### WHAT IS BEING ASKED
When you reach the line that contains "f 274 268 269" in the data below, start reproducing lines exactly, and stop after the line that contains "f 293 281 292".

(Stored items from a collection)
————
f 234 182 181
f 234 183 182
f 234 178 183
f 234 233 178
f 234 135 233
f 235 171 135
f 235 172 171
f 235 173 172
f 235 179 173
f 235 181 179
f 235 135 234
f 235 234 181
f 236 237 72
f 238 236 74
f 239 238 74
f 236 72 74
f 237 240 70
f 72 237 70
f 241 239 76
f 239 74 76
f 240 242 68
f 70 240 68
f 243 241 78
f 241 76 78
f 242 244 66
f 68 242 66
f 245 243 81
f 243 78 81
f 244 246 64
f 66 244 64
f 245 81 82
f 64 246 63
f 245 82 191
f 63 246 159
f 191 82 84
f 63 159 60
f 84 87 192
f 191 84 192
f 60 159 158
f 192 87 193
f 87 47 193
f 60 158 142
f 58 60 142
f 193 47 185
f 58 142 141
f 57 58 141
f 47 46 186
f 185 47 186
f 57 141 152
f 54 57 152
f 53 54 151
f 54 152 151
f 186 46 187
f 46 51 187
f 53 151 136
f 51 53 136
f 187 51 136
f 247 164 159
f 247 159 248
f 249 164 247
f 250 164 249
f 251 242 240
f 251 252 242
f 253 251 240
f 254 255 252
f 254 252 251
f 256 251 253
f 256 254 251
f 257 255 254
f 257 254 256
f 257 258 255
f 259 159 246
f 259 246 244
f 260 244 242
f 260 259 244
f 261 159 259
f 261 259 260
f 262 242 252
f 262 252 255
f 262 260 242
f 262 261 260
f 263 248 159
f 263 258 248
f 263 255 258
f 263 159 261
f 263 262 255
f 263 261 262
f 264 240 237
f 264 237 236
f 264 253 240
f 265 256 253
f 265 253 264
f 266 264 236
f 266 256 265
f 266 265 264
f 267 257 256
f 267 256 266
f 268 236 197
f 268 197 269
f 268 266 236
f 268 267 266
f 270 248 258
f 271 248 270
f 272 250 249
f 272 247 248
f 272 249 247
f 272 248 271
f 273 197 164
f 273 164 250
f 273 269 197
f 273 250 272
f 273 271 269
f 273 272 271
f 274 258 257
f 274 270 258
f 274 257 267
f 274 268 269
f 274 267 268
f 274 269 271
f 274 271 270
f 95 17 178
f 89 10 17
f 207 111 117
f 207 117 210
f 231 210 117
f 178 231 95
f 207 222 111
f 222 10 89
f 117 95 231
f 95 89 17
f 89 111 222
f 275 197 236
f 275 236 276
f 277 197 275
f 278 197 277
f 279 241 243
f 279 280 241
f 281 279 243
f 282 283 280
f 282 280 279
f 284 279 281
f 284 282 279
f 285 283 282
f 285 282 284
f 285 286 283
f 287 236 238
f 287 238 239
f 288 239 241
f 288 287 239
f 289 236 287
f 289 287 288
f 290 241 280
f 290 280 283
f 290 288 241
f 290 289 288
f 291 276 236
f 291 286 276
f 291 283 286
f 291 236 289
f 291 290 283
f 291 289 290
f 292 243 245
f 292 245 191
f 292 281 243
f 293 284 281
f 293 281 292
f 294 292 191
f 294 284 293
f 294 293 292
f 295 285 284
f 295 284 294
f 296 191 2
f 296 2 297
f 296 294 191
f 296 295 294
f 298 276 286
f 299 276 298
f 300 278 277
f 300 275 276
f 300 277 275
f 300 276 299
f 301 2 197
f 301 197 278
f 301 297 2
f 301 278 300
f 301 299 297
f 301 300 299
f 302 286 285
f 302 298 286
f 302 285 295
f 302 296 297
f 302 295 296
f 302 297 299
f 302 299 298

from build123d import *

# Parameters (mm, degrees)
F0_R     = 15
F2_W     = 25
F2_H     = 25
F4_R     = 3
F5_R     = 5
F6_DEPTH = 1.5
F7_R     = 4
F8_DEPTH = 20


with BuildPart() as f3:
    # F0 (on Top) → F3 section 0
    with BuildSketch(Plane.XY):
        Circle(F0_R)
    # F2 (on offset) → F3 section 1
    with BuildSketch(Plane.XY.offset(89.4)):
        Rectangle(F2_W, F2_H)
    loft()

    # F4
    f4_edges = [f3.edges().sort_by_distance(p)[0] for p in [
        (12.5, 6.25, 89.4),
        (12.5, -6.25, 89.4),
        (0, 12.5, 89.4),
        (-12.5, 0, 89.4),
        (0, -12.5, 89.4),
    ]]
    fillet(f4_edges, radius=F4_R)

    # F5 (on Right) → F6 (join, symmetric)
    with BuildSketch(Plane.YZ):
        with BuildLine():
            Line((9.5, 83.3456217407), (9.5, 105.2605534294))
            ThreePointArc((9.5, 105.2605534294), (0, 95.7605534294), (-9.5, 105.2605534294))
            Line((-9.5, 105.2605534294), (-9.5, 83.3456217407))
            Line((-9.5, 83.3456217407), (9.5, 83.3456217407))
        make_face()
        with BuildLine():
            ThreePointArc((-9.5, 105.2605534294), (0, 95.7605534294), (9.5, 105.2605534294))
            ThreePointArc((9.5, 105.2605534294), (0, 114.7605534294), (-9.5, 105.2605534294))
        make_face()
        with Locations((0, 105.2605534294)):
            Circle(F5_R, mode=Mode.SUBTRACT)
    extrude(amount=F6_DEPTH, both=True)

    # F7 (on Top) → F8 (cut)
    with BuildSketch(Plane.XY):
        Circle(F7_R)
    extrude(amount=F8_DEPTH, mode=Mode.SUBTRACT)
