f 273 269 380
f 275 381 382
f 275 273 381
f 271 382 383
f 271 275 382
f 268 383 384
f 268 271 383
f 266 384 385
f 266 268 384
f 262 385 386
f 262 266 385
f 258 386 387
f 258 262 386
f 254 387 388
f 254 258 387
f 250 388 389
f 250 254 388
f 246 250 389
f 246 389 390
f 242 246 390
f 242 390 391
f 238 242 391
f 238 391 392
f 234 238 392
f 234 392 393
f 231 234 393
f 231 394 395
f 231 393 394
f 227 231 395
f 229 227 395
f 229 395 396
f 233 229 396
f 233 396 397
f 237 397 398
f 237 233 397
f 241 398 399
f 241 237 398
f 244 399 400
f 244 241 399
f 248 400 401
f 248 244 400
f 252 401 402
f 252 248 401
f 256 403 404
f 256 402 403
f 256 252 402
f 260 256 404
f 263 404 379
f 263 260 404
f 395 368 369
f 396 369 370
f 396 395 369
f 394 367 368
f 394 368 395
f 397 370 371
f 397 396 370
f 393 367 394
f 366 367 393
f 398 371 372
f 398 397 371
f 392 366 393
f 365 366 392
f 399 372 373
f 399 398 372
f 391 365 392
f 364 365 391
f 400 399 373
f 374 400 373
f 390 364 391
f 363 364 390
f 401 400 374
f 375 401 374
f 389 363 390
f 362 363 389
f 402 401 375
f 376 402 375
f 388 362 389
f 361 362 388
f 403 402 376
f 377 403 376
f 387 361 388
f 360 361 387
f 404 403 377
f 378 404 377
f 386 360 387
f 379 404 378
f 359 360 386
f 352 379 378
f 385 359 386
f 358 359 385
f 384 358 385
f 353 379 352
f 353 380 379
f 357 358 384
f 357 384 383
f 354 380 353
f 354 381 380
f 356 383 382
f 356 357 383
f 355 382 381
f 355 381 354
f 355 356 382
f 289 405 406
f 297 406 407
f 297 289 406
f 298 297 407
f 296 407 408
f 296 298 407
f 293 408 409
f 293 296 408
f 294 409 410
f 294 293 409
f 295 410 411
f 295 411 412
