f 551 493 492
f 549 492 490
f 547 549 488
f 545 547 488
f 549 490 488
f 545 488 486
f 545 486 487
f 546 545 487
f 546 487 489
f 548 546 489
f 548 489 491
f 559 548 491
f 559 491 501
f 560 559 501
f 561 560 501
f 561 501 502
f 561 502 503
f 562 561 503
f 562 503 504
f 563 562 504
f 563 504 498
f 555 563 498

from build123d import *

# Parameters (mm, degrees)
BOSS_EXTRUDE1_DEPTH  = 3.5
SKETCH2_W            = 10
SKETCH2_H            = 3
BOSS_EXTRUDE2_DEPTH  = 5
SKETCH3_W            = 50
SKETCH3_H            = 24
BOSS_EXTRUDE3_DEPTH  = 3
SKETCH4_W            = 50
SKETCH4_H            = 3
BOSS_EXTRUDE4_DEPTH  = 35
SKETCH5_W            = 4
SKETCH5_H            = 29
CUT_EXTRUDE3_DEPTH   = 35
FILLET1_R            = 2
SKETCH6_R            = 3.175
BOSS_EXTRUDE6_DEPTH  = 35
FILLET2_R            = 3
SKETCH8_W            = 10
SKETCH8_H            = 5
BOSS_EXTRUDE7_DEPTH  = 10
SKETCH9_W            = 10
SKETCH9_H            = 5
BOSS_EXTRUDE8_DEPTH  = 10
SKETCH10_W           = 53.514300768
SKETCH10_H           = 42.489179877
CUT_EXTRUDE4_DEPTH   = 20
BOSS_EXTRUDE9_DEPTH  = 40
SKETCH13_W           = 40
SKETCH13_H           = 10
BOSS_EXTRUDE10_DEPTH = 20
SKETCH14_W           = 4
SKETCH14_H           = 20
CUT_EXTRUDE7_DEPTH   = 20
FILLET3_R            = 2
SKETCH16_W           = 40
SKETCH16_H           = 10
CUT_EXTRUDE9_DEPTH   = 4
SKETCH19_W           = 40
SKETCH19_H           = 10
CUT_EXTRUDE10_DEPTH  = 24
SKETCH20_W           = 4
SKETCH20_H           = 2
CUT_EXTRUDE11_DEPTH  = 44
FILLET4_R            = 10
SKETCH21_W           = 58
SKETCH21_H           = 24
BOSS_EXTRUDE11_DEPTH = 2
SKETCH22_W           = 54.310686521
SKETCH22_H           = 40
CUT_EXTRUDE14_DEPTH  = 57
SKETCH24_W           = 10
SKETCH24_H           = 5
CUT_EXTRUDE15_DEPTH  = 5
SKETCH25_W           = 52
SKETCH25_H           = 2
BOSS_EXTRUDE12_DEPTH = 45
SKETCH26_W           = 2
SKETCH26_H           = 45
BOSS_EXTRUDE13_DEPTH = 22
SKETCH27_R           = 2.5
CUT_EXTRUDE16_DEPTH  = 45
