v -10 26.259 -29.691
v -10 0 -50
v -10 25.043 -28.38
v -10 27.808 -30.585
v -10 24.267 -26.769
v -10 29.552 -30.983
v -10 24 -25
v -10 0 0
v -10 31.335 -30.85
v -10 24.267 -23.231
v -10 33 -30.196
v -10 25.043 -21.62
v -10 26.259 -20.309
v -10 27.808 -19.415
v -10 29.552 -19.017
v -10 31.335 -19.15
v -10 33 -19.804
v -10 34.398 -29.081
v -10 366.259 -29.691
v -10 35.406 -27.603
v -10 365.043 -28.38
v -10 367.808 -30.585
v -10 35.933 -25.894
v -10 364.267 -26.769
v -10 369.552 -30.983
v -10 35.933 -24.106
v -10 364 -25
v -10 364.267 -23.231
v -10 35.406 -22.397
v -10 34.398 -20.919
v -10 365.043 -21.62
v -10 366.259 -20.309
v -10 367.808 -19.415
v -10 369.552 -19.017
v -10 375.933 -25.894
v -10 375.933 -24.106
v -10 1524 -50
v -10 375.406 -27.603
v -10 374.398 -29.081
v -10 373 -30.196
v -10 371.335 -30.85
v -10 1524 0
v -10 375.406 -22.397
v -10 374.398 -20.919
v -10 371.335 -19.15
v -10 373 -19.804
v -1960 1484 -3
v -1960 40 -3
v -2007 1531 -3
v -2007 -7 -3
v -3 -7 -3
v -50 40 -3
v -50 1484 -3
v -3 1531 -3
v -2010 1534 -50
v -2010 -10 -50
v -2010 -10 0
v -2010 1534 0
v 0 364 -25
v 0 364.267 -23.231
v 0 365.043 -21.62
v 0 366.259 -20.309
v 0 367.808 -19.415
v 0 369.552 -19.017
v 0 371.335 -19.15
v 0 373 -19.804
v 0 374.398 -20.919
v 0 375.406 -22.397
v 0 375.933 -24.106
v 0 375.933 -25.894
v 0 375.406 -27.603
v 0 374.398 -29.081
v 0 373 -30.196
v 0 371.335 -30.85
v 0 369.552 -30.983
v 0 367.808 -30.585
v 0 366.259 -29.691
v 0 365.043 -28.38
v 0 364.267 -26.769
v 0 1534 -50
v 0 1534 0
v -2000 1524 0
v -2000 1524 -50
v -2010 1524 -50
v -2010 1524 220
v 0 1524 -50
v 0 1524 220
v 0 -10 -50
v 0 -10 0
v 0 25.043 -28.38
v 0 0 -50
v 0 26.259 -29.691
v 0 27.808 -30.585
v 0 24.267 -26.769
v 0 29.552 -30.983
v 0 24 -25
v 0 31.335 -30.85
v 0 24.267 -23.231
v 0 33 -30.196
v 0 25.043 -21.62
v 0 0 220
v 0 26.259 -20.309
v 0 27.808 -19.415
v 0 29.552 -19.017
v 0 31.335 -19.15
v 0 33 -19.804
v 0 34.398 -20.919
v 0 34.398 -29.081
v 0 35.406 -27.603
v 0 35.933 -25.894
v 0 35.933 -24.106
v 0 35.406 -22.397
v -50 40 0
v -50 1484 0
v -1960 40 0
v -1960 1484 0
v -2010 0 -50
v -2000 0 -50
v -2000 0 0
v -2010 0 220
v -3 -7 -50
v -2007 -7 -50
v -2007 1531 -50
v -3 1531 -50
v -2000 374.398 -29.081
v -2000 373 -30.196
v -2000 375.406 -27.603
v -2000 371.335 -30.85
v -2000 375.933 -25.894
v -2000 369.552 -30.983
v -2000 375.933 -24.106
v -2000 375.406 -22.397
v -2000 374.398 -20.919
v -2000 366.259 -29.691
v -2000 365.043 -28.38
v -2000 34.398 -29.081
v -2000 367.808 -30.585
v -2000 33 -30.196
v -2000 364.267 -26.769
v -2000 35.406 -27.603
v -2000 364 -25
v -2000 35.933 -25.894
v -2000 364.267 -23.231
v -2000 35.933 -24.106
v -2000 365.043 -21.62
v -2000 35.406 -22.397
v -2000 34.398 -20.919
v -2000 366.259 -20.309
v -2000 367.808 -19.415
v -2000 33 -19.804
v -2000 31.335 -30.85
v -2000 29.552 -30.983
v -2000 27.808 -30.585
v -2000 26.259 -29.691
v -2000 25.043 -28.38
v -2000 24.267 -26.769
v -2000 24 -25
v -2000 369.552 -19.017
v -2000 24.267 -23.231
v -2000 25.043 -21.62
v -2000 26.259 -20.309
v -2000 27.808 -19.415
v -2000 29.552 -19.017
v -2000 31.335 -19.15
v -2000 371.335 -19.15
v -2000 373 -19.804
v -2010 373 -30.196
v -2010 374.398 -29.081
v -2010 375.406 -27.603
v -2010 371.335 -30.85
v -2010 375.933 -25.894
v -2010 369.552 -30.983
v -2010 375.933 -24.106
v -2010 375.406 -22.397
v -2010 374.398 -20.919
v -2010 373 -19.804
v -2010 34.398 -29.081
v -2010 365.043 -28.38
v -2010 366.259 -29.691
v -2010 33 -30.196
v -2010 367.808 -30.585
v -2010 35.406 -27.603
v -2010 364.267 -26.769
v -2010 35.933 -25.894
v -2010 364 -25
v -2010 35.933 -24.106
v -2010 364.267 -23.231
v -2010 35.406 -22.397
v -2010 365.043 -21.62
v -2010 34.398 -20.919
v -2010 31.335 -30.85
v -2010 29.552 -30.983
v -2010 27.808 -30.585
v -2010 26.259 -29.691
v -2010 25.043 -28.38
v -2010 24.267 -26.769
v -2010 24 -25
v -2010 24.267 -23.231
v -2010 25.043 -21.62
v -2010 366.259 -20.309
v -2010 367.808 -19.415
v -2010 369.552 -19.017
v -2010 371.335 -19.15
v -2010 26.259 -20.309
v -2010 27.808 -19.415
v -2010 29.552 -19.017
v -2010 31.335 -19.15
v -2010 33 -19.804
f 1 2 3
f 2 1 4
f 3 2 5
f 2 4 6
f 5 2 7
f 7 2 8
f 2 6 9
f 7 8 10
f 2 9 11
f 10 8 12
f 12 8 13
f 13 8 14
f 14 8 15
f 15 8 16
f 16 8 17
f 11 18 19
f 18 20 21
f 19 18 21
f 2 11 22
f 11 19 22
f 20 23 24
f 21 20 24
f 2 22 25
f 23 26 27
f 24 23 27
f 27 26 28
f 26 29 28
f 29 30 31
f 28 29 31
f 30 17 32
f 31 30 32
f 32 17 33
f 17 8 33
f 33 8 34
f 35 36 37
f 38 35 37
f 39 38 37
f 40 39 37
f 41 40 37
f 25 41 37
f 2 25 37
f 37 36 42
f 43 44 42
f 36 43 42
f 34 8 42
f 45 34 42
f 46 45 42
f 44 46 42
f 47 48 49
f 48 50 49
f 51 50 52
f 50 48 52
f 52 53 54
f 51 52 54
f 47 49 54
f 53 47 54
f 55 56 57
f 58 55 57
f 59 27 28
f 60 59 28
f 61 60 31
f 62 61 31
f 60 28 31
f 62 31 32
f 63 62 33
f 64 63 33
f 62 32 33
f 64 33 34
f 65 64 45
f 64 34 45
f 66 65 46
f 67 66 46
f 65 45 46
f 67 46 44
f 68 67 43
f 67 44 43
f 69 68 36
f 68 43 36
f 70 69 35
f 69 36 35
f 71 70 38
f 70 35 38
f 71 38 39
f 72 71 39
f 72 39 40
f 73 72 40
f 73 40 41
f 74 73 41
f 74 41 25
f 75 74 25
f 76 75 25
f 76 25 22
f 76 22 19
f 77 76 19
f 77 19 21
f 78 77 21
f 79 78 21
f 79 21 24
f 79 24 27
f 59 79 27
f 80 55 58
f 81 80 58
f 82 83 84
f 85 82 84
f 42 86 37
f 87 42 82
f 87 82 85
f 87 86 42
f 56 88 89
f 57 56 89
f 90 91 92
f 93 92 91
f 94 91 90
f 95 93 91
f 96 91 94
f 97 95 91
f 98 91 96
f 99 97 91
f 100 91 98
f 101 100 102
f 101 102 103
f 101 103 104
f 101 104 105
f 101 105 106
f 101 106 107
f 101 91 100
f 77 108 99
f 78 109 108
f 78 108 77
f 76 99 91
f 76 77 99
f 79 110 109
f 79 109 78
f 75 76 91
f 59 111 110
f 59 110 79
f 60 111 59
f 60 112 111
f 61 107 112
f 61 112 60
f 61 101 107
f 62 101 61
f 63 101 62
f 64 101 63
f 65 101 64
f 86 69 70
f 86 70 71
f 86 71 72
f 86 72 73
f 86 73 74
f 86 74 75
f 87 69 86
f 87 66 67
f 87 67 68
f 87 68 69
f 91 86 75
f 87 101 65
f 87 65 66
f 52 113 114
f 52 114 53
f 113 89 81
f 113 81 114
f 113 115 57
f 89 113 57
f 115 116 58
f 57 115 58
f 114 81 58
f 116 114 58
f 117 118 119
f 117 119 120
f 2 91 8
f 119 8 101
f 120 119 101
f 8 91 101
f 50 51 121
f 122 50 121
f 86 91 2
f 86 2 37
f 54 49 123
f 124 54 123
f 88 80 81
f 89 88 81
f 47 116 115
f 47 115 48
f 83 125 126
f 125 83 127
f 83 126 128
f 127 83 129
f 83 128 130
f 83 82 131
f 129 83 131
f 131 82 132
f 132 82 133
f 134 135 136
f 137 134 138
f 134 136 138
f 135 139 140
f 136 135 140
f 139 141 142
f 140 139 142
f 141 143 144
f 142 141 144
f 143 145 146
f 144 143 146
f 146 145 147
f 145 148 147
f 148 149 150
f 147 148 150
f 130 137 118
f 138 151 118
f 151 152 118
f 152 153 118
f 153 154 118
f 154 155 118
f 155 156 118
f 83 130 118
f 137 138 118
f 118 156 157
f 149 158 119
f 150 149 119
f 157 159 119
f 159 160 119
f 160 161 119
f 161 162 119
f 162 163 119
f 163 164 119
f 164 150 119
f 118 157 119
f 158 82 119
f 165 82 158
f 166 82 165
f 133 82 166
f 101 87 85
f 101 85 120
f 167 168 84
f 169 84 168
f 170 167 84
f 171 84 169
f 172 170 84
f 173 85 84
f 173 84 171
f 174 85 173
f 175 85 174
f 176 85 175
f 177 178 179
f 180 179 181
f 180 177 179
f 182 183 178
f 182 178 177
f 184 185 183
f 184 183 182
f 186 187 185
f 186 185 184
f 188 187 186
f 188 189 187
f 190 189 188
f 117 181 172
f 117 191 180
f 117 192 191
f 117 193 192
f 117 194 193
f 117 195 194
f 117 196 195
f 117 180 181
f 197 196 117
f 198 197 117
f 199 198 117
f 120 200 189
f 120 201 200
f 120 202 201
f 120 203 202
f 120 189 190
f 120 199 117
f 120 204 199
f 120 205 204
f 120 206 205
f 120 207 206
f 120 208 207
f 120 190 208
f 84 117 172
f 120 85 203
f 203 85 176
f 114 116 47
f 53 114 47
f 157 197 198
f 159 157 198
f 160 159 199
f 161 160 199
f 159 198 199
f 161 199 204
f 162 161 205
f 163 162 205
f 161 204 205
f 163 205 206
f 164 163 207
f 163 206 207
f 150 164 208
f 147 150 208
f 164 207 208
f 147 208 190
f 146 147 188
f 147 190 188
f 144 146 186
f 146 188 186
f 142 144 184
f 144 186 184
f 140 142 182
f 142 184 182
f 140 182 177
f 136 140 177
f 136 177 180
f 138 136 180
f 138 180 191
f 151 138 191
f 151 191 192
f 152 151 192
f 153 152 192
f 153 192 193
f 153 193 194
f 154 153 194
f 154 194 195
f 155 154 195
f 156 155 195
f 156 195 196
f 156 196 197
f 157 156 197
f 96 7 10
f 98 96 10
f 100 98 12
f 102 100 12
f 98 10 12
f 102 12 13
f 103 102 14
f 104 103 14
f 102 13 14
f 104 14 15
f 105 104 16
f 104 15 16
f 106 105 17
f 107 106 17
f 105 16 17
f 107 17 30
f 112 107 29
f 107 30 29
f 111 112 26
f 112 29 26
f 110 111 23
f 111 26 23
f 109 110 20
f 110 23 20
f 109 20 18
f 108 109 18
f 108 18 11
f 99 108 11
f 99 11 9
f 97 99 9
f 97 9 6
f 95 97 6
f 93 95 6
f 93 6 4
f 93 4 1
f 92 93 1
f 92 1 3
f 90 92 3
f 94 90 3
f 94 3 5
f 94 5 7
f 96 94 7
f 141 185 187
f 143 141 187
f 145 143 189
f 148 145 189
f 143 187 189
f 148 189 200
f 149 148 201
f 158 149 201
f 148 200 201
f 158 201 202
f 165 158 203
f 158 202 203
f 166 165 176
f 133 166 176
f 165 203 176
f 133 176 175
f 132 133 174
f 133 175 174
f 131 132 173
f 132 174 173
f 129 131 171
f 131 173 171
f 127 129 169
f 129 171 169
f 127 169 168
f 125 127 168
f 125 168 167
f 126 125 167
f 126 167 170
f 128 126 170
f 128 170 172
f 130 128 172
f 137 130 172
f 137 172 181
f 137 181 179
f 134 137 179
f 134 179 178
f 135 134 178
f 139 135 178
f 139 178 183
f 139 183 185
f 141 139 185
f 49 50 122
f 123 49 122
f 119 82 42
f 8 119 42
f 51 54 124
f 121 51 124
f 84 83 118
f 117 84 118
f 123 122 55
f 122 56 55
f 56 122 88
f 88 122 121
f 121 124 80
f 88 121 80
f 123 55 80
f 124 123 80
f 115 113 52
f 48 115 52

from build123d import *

# Parameters (mm, degrees)
F0_W     = 2000
F0_H     = 1524
F1_DEPTH = 220
F2_W     = 1524
F2_H     = 270
F3_DEPTH = 10
F4_W     = 1524
F4_H     = 270
F5_DEPTH = 10
F7_D     = 12
F8_D     = 12


with BuildPart() as f1:
    # F0 (on Top) → F1 (new body)
    with BuildSketch(Plane.XY):
        with Locations((-1000, 762)):
            Rectangle(F0_W, F0_H)
    extrude(amount=F1_DEPTH)

    # F2 (on face) → F3 (join)
    with BuildSketch(Plane.YZ):
        with Locations((762, 85)):
            Rectangle(F2_W, F2_H)
    extrude(amount=-F3_DEPTH)

    # F4 (on face) → F5 (join)
    with BuildSketch(Plane(origin=(-2000, 0, 0), x_dir=(0, -1, 0), z_dir=(-1, 0, 0))):
        with Locations((-762, 85)):
            Rectangle(F4_W, F4_H)
    extrude(amount=F5_DEPTH)

    # F7 (through all)
    with Locations(Plane.YZ):
        with Locations((30, -25)):
            Hole(F7_D / 2)

    # F8 (through all)
    with Locations(Plane.YZ):
        with Locations((370, -25)):
            Hole(F8_D / 2)


with BuildPart() as f10:
    # F10: sweep along a path in F10_path
    with BuildLine(Plane(origin=(-10, 0, 0), x_dir=(0, -1, 0), z_dir=(0, 0, -1))) as f10_path:
        Line((0, 0), (-1524, 0))
        Line((-1524, 0), (-1524, 1990))
        Line((-1524, 1990), (0, 1990))
        Line((0, 1990), (0, 0))
    # F9 (on Front) → F10 (sweep)
    with BuildSketch(Plane.XZ):
        Polygon((0, -50), (0, 0), (-50, 0), (-50, -3), (-3, -3), (-3, -50), align=None)
    sweep(path=f10_path.line, transition=Transition.RIGHT)


solid = Compound([f1.part, f10.part])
————
### WRITTEN ANSWER
f 274 268 269
f 274 267 268
f 274 269 271
f 274 271 270
f 95 17 178
f 89 10 17
f 207 111 117
f 207 117 210
f 231 210 117
f 178 231 95
f 207 222 111
f 222 10 89
f 117 95 231
f 95 89 17
f 89 111 222
f 275 197 236
f 275 236 276
f 277 197 275
f 278 197 277
f 279 241 243
f 279 280 241
f 281 279 243
f 282 283 280
f 282 280 279
f 284 279 281
f 284 282 279
f 285 283 282
f 285 282 284
f 285 286 283
f 287 236 238
f 287 238 239
f 288 239 241
f 288 287 239
f 289 236 287
f 289 287 288
f 290 241 280
f 290 280 283
f 290 288 241
f 290 289 288
f 291 276 236
f 291 286 276
f 291 283 286
f 291 236 289
f 291 290 283
f 291 289 290
f 292 243 245
f 292 245 191
f 292 281 243
f 293 284 281
f 293 281 292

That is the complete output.